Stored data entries
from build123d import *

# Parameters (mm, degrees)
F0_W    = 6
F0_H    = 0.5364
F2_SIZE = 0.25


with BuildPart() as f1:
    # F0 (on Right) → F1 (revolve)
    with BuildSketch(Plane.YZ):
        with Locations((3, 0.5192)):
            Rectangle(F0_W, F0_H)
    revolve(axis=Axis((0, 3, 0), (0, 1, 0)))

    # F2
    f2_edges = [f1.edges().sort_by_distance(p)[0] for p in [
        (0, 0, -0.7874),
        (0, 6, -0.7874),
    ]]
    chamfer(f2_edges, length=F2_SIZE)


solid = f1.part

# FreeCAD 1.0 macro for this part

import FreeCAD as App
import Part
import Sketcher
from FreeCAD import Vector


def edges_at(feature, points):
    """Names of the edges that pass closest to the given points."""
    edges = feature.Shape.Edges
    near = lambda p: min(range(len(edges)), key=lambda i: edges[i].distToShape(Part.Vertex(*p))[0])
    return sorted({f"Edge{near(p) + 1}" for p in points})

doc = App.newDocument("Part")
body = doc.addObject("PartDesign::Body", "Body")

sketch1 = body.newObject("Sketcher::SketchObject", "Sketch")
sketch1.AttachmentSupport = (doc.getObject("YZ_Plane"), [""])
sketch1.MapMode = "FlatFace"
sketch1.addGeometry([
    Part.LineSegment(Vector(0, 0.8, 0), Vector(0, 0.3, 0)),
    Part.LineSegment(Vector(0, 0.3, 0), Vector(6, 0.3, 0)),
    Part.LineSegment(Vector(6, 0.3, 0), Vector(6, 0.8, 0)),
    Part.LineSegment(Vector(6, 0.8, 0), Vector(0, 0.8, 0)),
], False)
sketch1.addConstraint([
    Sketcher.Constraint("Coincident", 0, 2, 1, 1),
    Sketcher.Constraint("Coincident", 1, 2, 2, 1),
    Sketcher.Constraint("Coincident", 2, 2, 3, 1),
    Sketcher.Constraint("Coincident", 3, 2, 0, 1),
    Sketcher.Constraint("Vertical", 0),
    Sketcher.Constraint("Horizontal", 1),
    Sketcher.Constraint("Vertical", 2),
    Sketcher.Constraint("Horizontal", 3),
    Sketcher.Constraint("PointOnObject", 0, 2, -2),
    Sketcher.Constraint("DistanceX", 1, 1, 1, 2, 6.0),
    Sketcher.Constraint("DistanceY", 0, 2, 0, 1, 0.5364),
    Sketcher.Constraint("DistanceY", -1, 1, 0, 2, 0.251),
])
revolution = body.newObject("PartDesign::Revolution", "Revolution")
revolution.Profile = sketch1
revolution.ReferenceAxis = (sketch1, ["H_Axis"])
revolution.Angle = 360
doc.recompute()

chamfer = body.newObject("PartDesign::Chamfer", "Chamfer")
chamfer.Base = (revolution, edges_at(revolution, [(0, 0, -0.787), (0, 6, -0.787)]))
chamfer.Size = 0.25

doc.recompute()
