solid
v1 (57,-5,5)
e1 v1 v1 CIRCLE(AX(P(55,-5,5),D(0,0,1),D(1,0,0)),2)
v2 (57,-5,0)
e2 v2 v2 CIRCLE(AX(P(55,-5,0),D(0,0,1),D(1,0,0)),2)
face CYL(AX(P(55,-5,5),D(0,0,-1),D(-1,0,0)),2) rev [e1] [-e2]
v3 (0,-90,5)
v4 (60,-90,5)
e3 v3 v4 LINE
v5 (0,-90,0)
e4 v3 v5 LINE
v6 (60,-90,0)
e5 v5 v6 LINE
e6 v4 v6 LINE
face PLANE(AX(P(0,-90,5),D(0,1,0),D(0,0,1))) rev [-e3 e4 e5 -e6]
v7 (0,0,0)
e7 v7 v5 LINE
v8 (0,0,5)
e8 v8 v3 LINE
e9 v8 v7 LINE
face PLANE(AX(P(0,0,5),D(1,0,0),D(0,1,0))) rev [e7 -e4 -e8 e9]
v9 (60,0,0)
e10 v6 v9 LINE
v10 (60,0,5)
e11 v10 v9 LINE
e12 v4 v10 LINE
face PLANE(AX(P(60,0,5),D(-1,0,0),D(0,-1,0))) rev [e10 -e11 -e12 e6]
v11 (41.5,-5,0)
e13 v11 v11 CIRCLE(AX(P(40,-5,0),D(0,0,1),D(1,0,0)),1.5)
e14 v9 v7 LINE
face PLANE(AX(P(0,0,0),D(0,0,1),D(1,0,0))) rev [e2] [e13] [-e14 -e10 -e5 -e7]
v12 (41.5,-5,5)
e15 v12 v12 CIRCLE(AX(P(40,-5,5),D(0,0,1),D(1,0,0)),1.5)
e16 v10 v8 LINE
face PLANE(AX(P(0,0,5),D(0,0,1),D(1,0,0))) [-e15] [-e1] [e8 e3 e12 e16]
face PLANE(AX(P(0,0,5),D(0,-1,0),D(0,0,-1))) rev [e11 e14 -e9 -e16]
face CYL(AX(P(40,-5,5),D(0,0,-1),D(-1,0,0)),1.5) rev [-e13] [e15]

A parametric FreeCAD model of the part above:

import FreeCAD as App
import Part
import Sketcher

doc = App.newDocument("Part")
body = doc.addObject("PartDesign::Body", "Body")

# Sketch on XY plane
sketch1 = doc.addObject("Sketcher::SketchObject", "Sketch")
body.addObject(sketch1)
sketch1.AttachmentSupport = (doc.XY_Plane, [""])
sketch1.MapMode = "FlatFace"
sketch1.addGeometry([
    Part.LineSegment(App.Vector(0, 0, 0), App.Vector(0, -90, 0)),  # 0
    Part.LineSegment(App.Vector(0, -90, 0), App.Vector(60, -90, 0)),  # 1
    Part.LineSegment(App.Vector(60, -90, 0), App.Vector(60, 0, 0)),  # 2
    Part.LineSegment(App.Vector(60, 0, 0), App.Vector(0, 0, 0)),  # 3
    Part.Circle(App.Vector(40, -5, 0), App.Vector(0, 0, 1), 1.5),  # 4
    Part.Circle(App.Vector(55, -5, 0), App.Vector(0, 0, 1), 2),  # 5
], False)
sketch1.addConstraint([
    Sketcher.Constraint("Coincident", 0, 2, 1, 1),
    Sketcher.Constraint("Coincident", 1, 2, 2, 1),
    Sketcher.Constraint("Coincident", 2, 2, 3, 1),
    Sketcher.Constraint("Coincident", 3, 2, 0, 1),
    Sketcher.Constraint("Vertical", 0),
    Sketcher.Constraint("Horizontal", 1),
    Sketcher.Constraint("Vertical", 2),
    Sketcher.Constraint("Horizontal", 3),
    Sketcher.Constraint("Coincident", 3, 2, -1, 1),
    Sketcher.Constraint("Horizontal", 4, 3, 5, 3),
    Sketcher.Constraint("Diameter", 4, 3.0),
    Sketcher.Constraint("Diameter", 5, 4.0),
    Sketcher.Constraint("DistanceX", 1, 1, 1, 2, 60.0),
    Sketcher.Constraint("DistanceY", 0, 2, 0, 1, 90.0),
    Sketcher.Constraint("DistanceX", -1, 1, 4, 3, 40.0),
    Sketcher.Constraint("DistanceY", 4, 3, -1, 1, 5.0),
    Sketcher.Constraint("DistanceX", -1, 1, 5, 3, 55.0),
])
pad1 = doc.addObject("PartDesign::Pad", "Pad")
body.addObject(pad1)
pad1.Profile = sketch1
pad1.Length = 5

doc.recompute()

**Assignment**
Each line above that contains the word "revolve" counts once; give the total and no other text.

**Response to the exercise**
2